# Fargo, the TV series



## Bobw235 (Dec 1, 2015)

Just wondering if any of you out there are watching this engrossing tale.  Violent, but captivating.  Each week better than the last.  We record it and watch the following day.  A total adrenelan rush.  I thought last season was superb, but this year is even better.  Any fans?


----------



## Butterfly (Dec 1, 2015)

I never even heard of this.  Did see the movie years ago, though.  The woodchipper is the part I remember best.


----------



## Bobw235 (Dec 2, 2015)

Butterfly said:


> I never even heard of this.  Did see the movie years ago, though.  The woodchipper is the part I remember best.

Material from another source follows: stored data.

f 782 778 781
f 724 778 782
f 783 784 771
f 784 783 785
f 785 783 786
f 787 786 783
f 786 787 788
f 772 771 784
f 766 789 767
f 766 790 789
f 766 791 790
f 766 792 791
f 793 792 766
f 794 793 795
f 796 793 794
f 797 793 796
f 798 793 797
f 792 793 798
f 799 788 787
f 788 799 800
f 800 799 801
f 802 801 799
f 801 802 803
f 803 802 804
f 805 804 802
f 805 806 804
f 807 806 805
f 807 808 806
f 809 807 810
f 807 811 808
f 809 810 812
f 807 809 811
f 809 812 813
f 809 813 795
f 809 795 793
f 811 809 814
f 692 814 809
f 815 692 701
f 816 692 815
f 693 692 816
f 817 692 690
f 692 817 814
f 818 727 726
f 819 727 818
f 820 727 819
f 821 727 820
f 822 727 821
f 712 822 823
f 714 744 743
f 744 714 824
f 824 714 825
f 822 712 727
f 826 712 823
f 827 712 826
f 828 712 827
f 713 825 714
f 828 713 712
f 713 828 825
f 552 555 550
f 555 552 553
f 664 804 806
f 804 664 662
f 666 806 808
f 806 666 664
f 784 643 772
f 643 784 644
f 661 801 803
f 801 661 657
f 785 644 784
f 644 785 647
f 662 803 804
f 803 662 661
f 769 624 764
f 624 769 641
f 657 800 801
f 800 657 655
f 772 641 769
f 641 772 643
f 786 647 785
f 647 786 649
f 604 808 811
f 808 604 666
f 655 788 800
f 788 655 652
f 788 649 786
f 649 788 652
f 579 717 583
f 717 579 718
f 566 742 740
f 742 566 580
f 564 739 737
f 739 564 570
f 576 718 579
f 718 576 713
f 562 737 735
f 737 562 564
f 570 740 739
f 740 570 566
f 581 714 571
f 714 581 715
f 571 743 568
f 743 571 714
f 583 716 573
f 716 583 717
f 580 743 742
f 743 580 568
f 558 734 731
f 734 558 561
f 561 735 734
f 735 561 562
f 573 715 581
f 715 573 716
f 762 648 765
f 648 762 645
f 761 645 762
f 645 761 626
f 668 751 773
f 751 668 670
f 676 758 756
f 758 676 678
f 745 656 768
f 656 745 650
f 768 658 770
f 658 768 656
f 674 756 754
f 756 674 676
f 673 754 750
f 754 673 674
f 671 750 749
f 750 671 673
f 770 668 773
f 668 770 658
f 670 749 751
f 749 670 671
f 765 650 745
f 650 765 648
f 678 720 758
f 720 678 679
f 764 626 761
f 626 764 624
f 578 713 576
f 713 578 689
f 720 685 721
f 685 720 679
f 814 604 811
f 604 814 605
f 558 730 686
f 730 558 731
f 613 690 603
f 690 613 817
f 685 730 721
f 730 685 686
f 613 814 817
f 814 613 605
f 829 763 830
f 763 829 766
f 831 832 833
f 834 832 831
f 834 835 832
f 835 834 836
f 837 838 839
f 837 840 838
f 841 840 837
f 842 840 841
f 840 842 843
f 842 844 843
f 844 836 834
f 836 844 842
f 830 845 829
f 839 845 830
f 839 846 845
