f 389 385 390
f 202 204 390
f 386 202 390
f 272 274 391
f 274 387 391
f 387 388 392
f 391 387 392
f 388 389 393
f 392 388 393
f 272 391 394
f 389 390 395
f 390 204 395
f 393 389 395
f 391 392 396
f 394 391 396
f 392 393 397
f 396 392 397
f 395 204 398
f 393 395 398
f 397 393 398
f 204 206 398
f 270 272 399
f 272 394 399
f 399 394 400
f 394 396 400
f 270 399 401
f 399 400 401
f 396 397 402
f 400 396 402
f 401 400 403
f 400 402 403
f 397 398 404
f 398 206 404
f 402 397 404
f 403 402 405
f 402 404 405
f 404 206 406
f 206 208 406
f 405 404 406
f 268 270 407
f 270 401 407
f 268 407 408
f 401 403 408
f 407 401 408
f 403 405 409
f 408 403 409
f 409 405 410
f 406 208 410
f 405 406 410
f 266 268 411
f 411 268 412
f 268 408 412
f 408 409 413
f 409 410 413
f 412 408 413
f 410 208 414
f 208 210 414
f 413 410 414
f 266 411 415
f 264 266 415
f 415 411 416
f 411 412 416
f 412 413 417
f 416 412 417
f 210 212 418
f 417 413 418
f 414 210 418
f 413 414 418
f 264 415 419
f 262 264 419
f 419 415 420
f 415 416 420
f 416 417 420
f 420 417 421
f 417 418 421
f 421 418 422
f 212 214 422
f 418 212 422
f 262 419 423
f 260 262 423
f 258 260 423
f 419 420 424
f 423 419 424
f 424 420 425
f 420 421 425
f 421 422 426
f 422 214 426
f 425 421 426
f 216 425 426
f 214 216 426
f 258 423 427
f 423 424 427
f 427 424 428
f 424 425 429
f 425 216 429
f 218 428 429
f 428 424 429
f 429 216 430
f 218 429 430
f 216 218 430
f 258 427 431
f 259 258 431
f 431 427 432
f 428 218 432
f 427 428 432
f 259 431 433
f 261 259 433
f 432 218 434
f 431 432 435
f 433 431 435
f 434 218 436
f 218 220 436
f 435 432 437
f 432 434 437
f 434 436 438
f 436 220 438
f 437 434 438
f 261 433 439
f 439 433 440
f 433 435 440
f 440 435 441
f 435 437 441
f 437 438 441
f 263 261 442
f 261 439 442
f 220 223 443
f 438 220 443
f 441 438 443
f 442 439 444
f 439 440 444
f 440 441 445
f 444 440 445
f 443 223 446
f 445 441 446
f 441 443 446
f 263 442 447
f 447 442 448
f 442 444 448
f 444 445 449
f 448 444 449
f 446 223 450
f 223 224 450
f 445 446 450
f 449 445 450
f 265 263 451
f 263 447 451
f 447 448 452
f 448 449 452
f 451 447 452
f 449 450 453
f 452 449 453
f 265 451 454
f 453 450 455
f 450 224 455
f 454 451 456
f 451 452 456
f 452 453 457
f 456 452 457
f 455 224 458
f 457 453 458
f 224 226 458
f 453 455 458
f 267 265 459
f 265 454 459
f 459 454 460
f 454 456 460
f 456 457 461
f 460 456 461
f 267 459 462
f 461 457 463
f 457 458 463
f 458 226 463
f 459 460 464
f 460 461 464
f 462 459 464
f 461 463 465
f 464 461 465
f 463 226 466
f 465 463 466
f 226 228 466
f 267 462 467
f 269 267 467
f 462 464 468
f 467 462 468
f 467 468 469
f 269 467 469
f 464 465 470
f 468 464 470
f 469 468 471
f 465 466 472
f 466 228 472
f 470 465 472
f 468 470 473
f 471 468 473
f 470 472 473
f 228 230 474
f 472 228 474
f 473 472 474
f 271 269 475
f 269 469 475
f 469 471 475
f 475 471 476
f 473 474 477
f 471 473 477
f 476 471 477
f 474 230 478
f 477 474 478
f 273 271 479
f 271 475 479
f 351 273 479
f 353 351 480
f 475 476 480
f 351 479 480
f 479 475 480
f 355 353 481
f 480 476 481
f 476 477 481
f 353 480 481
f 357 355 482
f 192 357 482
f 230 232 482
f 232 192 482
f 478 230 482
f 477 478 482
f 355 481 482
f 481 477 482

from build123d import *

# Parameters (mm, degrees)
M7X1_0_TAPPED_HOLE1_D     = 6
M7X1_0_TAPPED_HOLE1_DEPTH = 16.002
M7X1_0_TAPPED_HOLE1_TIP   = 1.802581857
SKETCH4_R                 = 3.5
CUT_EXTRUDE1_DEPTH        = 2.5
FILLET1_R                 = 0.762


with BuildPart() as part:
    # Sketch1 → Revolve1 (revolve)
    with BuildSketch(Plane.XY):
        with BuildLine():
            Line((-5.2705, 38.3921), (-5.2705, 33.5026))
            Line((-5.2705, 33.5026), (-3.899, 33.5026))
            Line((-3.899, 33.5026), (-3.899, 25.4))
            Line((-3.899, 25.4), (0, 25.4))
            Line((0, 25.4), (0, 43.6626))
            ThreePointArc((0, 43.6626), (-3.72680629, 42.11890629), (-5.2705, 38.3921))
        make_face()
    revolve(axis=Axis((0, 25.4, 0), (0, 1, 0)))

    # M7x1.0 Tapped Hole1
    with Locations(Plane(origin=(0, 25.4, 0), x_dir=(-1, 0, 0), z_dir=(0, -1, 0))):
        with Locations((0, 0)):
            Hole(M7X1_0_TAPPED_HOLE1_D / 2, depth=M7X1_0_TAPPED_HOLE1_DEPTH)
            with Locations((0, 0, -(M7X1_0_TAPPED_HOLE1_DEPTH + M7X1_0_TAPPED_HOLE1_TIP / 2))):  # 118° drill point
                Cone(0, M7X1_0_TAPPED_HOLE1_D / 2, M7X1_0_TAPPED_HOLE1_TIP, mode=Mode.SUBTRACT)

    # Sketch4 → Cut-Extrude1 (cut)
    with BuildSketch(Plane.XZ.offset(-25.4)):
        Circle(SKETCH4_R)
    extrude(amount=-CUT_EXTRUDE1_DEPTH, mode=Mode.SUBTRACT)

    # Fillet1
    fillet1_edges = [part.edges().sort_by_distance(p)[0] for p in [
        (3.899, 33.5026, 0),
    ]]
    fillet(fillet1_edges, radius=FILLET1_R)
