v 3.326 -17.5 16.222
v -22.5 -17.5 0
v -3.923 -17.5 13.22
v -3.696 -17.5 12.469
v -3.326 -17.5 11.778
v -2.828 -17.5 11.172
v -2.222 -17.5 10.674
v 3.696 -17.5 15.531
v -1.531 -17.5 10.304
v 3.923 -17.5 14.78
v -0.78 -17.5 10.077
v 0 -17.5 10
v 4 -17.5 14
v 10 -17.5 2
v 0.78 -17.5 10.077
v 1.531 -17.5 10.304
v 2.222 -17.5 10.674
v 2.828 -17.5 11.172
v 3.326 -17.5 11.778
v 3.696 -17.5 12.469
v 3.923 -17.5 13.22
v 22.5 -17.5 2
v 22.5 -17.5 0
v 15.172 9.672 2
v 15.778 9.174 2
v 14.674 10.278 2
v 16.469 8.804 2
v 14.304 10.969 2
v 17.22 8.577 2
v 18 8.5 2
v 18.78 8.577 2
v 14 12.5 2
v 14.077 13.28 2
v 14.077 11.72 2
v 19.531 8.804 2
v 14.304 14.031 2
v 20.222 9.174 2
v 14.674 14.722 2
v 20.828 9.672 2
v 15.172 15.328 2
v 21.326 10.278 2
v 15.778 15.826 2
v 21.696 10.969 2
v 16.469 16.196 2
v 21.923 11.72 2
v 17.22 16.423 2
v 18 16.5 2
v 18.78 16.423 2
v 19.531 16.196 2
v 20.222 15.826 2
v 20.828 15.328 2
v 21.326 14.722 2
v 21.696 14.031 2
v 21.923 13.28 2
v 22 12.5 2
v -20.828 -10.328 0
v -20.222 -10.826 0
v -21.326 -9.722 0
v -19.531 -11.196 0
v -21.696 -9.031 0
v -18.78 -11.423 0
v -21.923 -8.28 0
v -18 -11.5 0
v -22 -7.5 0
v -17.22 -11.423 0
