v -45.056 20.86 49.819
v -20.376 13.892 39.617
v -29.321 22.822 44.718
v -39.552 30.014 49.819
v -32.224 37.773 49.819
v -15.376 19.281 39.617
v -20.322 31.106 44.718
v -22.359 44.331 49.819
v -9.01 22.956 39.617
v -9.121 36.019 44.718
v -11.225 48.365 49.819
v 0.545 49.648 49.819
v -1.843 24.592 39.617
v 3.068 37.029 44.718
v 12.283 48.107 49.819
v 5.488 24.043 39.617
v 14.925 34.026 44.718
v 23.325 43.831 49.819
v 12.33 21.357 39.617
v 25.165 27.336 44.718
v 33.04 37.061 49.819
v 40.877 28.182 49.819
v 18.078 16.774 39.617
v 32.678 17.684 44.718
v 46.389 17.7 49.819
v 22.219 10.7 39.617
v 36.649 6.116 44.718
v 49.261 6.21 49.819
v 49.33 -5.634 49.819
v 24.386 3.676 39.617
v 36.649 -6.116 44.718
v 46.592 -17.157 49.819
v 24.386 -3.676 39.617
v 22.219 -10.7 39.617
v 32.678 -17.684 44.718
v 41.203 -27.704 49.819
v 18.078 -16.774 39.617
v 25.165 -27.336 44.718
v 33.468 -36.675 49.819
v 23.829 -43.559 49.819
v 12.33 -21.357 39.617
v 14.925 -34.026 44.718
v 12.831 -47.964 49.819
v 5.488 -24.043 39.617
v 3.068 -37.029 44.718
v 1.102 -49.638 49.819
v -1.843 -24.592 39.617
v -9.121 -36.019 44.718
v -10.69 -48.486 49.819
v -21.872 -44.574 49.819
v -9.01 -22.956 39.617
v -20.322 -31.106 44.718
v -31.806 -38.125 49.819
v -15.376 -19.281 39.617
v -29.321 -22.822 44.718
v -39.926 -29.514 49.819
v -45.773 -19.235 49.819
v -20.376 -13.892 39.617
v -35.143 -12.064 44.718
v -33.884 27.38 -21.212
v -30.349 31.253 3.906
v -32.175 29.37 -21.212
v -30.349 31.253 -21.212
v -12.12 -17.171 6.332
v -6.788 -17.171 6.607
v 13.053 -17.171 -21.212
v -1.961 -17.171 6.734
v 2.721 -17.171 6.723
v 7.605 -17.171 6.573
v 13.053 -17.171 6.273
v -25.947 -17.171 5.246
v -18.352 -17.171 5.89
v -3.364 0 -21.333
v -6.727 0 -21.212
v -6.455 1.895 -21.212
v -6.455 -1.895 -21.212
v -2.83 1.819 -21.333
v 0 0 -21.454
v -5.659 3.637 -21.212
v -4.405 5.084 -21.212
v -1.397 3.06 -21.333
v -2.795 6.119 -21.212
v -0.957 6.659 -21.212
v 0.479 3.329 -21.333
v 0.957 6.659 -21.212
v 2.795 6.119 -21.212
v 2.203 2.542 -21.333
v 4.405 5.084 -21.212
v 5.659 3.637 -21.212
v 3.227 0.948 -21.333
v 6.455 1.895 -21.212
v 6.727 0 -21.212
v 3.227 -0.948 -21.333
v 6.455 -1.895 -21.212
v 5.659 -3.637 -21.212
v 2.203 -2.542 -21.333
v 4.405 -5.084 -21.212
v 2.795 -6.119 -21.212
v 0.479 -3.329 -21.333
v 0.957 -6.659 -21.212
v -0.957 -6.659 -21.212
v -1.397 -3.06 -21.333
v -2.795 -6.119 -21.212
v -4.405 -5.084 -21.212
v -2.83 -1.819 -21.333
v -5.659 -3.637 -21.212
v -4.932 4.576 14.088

So, this series is produced by the Coen brothers and has a similar cast of quirky characters.  There are some very dark humor moments, but it just draws you in week by week.  You need not have seen season 1 to follow season 2.  Highly recommend the show.  Show is on the Fx channel.  Season 1 was superb as well, featuring Billy Bob Thornton as a hit man.


----------



## oldman (Dec 2, 2015)

I've been watching "Big Cat Week" all week on the NatGeo channel. I am into big cats and I also watch "Big Cat Diary" every morning on the Animal Planet. I have going to Africa and doing a photo safari on my bucket list. Probably will happen in the next 2-3 years. One thing that is for sure, if I was ever to meet up with one of these big cats face to face with no bars between us, I would need a change of underwear, if I survived. The only cat that may allow me to walk away is a Cheetah. They normally do not attack humans because they do not find us to be a threat to them, unless it's a female with cubs. This is because Cheetahs prefer to have to run after their prey. (Sort of like me at dinner time.) On "Big Cat Diary" they show these Cheetahs climbing all over the guide's Land Rovers. Very funny at times, especially when they get up on the roof and pee through the opening and it rains down on the guide. I love shows about animals and snakes, especially the shows about the Black Mamba and King Cobra. The two deadliest snakes in the world.


----------



## Meringue (Dec 2, 2015)

Bobw235 said:


> Just wondering if any of you out there are watching this engrossing tale.  Violent, but captivating.  Each week better than the last.  We record it and watch the following day.  A total adrenelan rush.  I thought last season was superb, but this year is even better.  Any fans?


Oh yes, I'm a big fan of Fargo, like yourself I really enjoyed the last one with Martin Freeman, such a darkly comic series. Yet this one is even more intriguing, in fact Fargo is the only programme on TV that I never miss, it's my favourite.


----------



## Bobw235 (Dec 2, 2015)

Meringue said:


> Oh yes, I'm a big fan of Fargo, like yourself I really enjoyed the last one with Martin Freeman, such a darkly comic series. Yet this one is even more intriguing, in fact Fargo is the only programme on TV that I never miss, it's my favourite.



Monday's episode was so tense!  Just keeps getting better by the week.  Favorite line, "Hun, did you stab the hostage?"


----------



## Meringue (Dec 2, 2015)

Indeed, you couldn't make it up. lol


----------



## Bobw235 (Dec 2, 2015)

My son downloaded it to watch today during lunch (he lives in England) and was so disappointed that the show cutoff before the ending scene in the cabin.


----------



## Meringue (Dec 2, 2015)

Bob, I think maybe you in the USA, are ahead of us here in England.


----------